Die Ernte blieb in den Hauptproduktionsländern unter dem Fünfjahresmittel. Im Vorjahresvergleich war das Weinaufkommen in Argentinien um 17 % auf 10,6 Mio hl rückläufig und in Chile um 13 % auf 10,3 Mio hl. Verantwortlich dafür waren neben der leicht eingeschränkten Anbaufläche vor allem ungünstige Wetterbedingungen durch El Niño mit viel Niederschlägen. Erste Schätzungen für 2021 lassen laut OIV jedoch wieder höhere Erntemengen auf diesem Kontinent erwarten. In China ging die Weinproduktion 2020 um 16 % auf 6,6 Mio hl zurück, womit sich der Negativtrend der Vorjahre fortsetze.

Der vierte jährliche Erzeugungsrückgang in Folge signalisiert laut OIV strukturelle Schwierigkeiten des Weinbaus in der Volksrepublik, der zusammen mit schwierigen Klimabedingungen und einer geringeren Produktivität ausländische Importweine wettbewerbsfähiger macht. Ein großer Weinanbieter auf dem chinesischen Markt war bisher Australien, doch bremsen mittlerweile Strafzölle Pekings den Handel aus. Zudem ist Australiens Weinerzeugung 2020 infolge vorheriger Dürren um 11 % auf 10,6 Mio hl gesunken.

Das Nachbarland Neuseeland verzeichnete dagegen ein Plus von 11 % auf einen neuen Produktionsrekord von 3,3 Mio hl. Außerhalb der EU konnte ansonsten nur Südafrika seine Produktion merklich steigern, nämlich um 7 % auf 10,4 Mio hl.

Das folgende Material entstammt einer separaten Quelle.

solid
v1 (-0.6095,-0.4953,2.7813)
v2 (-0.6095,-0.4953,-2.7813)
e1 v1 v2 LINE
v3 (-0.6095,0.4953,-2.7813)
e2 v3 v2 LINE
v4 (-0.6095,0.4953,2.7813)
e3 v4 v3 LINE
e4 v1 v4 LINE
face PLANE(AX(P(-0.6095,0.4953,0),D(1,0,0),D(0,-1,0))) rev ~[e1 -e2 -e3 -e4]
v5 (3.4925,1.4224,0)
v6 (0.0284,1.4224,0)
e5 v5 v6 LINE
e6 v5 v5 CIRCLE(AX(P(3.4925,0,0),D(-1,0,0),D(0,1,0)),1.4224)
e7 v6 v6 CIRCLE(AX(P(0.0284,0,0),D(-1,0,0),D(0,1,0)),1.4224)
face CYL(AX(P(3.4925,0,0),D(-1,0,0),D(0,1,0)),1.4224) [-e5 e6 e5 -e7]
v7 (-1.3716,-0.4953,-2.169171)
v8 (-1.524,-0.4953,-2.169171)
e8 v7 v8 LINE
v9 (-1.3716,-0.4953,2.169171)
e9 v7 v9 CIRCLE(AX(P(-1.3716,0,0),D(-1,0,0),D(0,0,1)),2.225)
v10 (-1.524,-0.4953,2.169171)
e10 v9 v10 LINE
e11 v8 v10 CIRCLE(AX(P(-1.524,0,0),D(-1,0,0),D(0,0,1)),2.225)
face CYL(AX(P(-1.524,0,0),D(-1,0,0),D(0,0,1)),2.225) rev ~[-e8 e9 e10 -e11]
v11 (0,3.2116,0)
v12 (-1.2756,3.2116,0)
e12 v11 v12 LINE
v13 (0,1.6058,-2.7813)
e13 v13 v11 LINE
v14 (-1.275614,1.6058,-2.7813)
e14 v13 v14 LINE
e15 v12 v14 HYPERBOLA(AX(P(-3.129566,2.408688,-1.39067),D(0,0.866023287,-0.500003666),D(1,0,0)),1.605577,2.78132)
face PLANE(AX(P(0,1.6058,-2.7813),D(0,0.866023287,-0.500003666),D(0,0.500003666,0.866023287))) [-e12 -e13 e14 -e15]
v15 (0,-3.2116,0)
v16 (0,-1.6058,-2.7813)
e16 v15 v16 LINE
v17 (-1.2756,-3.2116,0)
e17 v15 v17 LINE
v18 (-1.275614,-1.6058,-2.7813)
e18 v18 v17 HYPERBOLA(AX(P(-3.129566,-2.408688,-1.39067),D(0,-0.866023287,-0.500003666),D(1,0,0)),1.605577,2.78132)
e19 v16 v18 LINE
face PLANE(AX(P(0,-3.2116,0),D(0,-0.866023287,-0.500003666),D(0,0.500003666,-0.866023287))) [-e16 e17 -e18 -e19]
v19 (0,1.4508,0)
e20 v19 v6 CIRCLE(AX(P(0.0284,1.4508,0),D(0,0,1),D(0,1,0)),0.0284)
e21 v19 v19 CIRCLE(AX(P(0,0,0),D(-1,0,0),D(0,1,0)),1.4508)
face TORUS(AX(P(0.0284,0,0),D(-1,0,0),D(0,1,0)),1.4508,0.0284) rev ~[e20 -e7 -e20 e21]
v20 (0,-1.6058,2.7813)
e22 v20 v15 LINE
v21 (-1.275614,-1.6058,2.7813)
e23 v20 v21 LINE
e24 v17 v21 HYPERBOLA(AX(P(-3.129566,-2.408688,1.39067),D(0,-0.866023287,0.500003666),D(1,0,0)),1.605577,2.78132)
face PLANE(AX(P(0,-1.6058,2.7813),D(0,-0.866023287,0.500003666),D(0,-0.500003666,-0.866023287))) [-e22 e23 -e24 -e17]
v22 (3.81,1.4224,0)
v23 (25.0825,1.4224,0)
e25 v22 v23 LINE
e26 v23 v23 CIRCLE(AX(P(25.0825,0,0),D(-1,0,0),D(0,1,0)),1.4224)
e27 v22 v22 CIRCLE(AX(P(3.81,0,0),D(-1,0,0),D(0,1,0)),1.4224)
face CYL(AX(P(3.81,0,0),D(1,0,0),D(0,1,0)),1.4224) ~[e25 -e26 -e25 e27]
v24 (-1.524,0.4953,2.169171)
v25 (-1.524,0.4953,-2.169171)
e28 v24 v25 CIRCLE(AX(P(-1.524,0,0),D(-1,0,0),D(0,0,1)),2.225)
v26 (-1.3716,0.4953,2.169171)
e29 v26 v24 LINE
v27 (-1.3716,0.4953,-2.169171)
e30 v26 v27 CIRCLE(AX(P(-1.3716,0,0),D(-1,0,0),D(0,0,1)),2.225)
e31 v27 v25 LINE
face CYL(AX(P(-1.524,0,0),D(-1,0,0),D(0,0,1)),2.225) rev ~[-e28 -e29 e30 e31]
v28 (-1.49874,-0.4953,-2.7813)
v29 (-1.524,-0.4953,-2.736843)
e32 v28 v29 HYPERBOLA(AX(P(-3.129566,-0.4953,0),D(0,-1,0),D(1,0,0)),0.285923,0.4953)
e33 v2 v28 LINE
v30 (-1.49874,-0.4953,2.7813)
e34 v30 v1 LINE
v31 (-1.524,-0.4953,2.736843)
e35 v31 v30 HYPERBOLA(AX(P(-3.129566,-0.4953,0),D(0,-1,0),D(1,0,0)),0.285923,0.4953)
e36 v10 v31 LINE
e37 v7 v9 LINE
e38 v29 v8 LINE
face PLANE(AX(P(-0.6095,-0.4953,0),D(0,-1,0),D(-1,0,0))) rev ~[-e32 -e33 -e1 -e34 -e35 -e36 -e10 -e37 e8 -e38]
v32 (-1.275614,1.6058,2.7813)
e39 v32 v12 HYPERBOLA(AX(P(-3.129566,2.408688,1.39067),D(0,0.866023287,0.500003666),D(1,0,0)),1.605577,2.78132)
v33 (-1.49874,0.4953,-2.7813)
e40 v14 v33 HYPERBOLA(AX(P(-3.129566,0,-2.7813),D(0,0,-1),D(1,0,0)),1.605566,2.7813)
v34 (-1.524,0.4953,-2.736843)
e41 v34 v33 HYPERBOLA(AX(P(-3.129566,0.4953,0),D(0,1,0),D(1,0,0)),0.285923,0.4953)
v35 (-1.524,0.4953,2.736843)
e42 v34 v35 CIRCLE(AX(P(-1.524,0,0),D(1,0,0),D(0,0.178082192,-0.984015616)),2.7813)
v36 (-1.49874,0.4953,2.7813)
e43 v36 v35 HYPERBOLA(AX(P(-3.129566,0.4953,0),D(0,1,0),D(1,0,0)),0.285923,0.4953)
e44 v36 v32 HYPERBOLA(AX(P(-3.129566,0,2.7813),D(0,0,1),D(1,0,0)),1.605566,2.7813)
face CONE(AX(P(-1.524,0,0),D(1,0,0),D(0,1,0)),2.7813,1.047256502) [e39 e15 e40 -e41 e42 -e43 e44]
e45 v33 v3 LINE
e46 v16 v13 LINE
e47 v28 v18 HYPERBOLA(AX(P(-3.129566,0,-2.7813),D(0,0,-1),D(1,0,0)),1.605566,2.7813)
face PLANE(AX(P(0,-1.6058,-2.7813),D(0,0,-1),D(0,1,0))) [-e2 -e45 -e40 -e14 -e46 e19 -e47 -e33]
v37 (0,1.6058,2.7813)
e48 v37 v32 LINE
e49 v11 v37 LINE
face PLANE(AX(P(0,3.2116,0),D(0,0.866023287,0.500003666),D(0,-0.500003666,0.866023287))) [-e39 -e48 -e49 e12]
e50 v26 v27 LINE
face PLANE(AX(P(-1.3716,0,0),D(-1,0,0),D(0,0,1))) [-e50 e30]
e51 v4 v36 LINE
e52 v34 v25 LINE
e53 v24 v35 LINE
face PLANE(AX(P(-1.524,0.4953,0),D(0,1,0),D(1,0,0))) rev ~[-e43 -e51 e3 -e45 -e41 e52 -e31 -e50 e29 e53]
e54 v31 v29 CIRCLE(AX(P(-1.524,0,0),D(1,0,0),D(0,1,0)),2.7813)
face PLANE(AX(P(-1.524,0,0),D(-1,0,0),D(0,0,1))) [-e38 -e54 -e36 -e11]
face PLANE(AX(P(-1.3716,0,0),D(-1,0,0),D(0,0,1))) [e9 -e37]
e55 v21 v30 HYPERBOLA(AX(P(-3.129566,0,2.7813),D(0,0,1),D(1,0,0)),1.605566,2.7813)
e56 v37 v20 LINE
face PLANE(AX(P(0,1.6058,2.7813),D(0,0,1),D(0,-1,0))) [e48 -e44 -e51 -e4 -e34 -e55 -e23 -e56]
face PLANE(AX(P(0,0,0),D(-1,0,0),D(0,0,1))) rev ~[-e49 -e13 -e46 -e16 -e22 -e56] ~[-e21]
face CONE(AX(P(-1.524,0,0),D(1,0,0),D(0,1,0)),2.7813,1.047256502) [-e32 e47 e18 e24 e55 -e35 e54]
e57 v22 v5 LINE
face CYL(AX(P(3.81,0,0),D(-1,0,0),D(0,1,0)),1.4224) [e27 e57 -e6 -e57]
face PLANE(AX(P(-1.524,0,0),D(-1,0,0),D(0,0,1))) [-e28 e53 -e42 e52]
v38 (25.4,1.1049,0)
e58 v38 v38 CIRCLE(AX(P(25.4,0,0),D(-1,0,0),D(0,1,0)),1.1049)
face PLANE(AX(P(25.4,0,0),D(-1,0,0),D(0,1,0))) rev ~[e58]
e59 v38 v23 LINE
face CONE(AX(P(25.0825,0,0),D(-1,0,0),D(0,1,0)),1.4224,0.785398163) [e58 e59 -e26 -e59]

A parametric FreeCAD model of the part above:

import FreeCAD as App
import Part
import Sketcher
from FreeCAD import Vector
Q = App.Units.Quantity


def edges_at(feature, points):
    """Names of the edges that pass closest to the given points."""
    edges = feature.Shape.Edges
    near = lambda p: min(range(len(edges)), key=lambda i: edges[i].distToShape(Part.Vertex(*p))[0])
    return sorted({f"Edge{near(p) + 1}" for p in points})


def add_polygon(sketch, points):
    """Adds a closed chain of lines whose ends are joined by coincident constraints."""
    first, n = sketch.GeometryCount, len(points)
    for a, b in zip(points, points[1:] + points[:1]):
        sketch.addGeometry(Part.LineSegment(App.Vector(*a, 0), App.Vector(*b, 0)), False)
    for i in range(n):
        sketch.addConstraint(Sketcher.Constraint("Coincident", first + i, 2, first + (i + 1) % n, 1))

doc = App.newDocument("Part")
body = doc.addObject("PartDesign::Body", "Body")

# Sketch on XY plane
sketch1 = doc.addObject("Sketcher::SketchObject", "Sketch")
body.addObject(sketch1)
sketch1.AttachmentSupport = (doc.XY_Plane, [""])
sketch1.MapMode = "FlatFace"
add_polygon(sketch1, [(25.4, 1.4224), (0, 1.4224), (0, 0), (25.4, 0)])  # lines 0-3
sketch1.addConstraint(Sketcher.Constraint("Horizontal", 0))
sketch1.addConstraint(Sketcher.Constraint("Vertical", 1))
sketch1.addConstraint(Sketcher.Constraint("Horizontal", 2))
sketch1.addConstraint(Sketcher.Constraint("Vertical", 3))
sketch1.addConstraint(Sketcher.Constraint("Coincident", 1, 2, -1, 1))
sketch1.addConstraint(Sketcher.Constraint("DistanceX", 0, 2, 0, 1, Q("1 in")))
sketch1.addConstraint(Sketcher.Constraint("DistanceY", 1, 2, 1, 1, Q("0.056 in")))
revolution = doc.addObject("PartDesign::Revolution", "Revolution")
body.addObject(revolution)
revolution.Profile = sketch1
revolution.ReferenceAxis = (sketch1, ["H_Axis"])
revolution.Angle = 360

# Sketch on YZ plane
sketch2 = doc.addObject("Sketcher::SketchObject", "Sketch001")
body.addObject(sketch2)
sketch2.AttachmentSupport = (doc.YZ_Plane, [""])
sketch2.MapMode = "FlatFace"
add_polygon(sketch2, [(1.6058, 2.7813), (3.2116, 0), (1.6058, -2.7813), (-1.6058, -2.7813), (-3.2116, 0), (-1.6058, 2.7813)])  # lines 0-5
sketch2.addConstraint(Sketcher.Constraint("Horizontal", 2))
sketch2.addConstraint(Sketcher.Constraint("Horizontal", 5))
sketch2.addConstraint(Sketcher.Constraint("Symmetric", 0, 2, 3, 2, -1, 1))
sketch2.addConstraint(Sketcher.Constraint("Symmetric", 1, 2, 4, 2, -1, 1))
sketch2.addConstraint(Sketcher.Constraint("PointOnObject", 0, 2, -1))
sketch2.addConstraint(Sketcher.Constraint("Parallel", 0, 3))
sketch2.addConstraint(Sketcher.Constraint("Vertical", 2, 2, 4, 2))
sketch2.addConstraint(Sketcher.Constraint("Angle", 0, Q("-59.9998 deg")))
sketch2.addConstraint(Sketcher.Constraint("DistanceY", 2, 2, 4, 2, Q("0.219 in")))
sketch2.addConstraint(Sketcher.Constraint("DistanceX", 2, 2, 2, 1, Q("3.2116 mm")))
pad1 = doc.addObject("PartDesign::Pad", "Pad")
body.addObject(pad1)
pad1.Profile = sketch2
pad1.Length = Q("0.06 in")
pad1.Reversed = True

# Sketch on YZ plane
sketch3 = doc.addObject("Sketcher::SketchObject", "Sketch002")
body.addObject(sketch3)
sketch3.AttachmentSupport = (doc.YZ_Plane, [""])
sketch3.MapMode = "FlatFace"
sketch3.AttachmentOffset = App.Placement(Vector(0, 0, -0.06 * 25.4), App.Rotation())
sketch3.addGeometry(Part.Circle(Vector(0, 0, 0), Vector(0, 0, 1), 2.225), False)
sketch3.addConstraint(Sketcher.Constraint("Coincident", 0, 3, -1, 1))
sketch3.addConstraint(Sketcher.Constraint("Diameter", 0, Q("0.1752 in")))
pocket1 = doc.addObject("PartDesign::Pocket", "Pocket")
body.addObject(pocket1)
pocket1.Profile = sketch3
pocket1.Length = Q("0.006 in")
pocket1.Reversed = True

# Sketch on XY plane
sketch4 = doc.addObject("Sketcher::SketchObject", "Sketch003")
body.addObject(sketch4)
sketch4.AttachmentSupport = (doc.XY_Plane, [""])
sketch4.MapMode = "FlatFace"
add_polygon(sketch4, [(-0.6095, 0.4953), (-1.524, 0.4953), (-1.524, -0.4953), (-0.6095, -0.4953)])  # lines 0-3
sketch4.addConstraint(Sketcher.Constraint("Horizontal", 0))
sketch4.addConstraint(Sketcher.Constraint("Vertical", 1))
sketch4.addConstraint(Sketcher.Constraint("Horizontal", 2))
sketch4.addConstraint(Sketcher.Constraint("Vertical", 3))
sketch4.addConstraint(Sketcher.Constraint("DistanceX", 0, 2, 0, 1, Q("0.036 in")))
sketch4.addConstraint(Sketcher.Constraint("DistanceY", 1, 2, 1, 1, Q("0.039 in")))
sketch4.addConstraint(Sketcher.Constraint("DistanceX", 0, 2, -1, 1, Q("0.06 in")))
sketch4.addConstraint(Sketcher.Constraint("DistanceY", -1, 1, 0, 2, Q("0.0195 in")))
pocket2 = doc.addObject("PartDesign::Pocket", "Pocket001")
body.addObject(pocket2)
pocket2.Profile = sketch4
pocket2.Type = "ThroughAll"
pocket2.Midplane = True

# Sketch on XY plane
sketch5 = doc.addObject("Sketcher::SketchObject", "Sketch004")
body.addObject(sketch5)
sketch5.AttachmentSupport = (doc.XY_Plane, [""])
sketch5.MapMode = "FlatFace"
add_polygon(sketch5, [(-1.2756, 3.2116), (-1.524, 3.2116), (-1.524, 2.7813)])  # lines 0-2
sketch5.addConstraint(Sketcher.Constraint("Horizontal", 0))
sketch5.addConstraint(Sketcher.Constraint("Vertical", 1))
sketch5.addConstraint(Sketcher.Constraint("DistanceX", 0, 2, -1, 1, Q("0.06 in")))
sketch5.addConstraint(Sketcher.Constraint("DistanceX", 0, 2, 0, 1, Q("0.2484 mm")))
sketch5.addConstraint(Sketcher.Constraint("DistanceY", 1, 2, 1, 1, Q("0.4303 mm")))
sketch5.addConstraint(Sketcher.Constraint("DistanceY", -1, 1, 1, 2, Q("0.1095 in")))
groove = doc.addObject("PartDesign::Groove", "Groove")
body.addObject(groove)
groove.Profile = sketch5
groove.ReferenceAxis = (sketch5, ["H_Axis"])
groove.Angle = 360
doc.recompute()

fillet = doc.addObject("PartDesign::Fillet", "Fillet")
body.addObject(fillet)
fillet.Base = (groove, edges_at(groove, [(0, -1.422, 0)]))
fillet.Radius = 0.0284
doc.recompute()

chamfer = doc.addObject("PartDesign::Chamfer", "Chamfer")
body.addObject(chamfer)
chamfer.Base = (fillet, edges_at(fillet, [(25.4, -1.422, 0)]))
chamfer.ChamferType = "Two distances"
chamfer.Size = Q("0.0125 in")
chamfer.Size2 = Q("0.0125 in")

doc.recompute()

Globaler Export knapp stabil



Relativ unbeschadet hat der globale Handel mit Wein das Corona-Jahr 2020 überstanden. Laut OIV lag der aggregierte Export der Lieferländer bei 105,8 Mio hl; das waren nur 1,7 % weniger als 2019, und das Niveau lag im Schnitt der vergangenen Dekade. Etwas deutlicher waren die Spuren von Covid-19 bei den Ausfuhrerlösen zu sehen, die um 6,7 % auf 29,6 Mrd Euro sanken. Dies sei auch darauf zurückzuführen, dass insbesondere der höherpreisige Wein unter dem Lockdown der Gastronomie gelitten habe und deshalb weniger eingeführt worden sei, so die Pariser Analysten.

Mengenmäßig wichtigster globaler Weinexporteur war Italien mit 20,8 Mio hl, obwohl das Ausfuhrvolumen im Vorjahresvergleich um 2,4 % zurückging. Das 2019 noch gleichauf liegende Spanien verzeichnete ein stärkeres Exportminus von 5,9 % auf 20,2 Mio hl. Wertmäßig hatte jedoch Frankreich die Nase beim internationalen Weinabsatz vorn. Die Verkaufserlöse sanken zwar im Vorjahresvergleich um 10,8 % auf 8,74 Mrd Euro, doch reichte dies, um Italien mit 6,23 Mrd Euro auf den zweiten Platz zu verweisen.

Deutschland belegte 2020 den achten Platz bei den globalen Weinausfuhren, die allerdings im Vorjahresvergleich um 10,3 % auf 3,4 Mio hl sanken. Die Exporteinnahmen fielen sogar um 15,5 % auf 882 Mio Euro. Rechnerisch entsprach das 2,59 Euro/l; 2019 waren es noch 2,75 Euro/l gewesen. Weitaus teurer verkauften 2020 die Franzosen mit 6,42 Euro/l ihren Wein, während der Durchschnittswert in Italien nur bei 1,30 Euro/l lag. Der globale Mittelwert lag bei 2,80 Euro/l, während 2019 ein Wert von 2,95 Euro/l ermittelt wurde.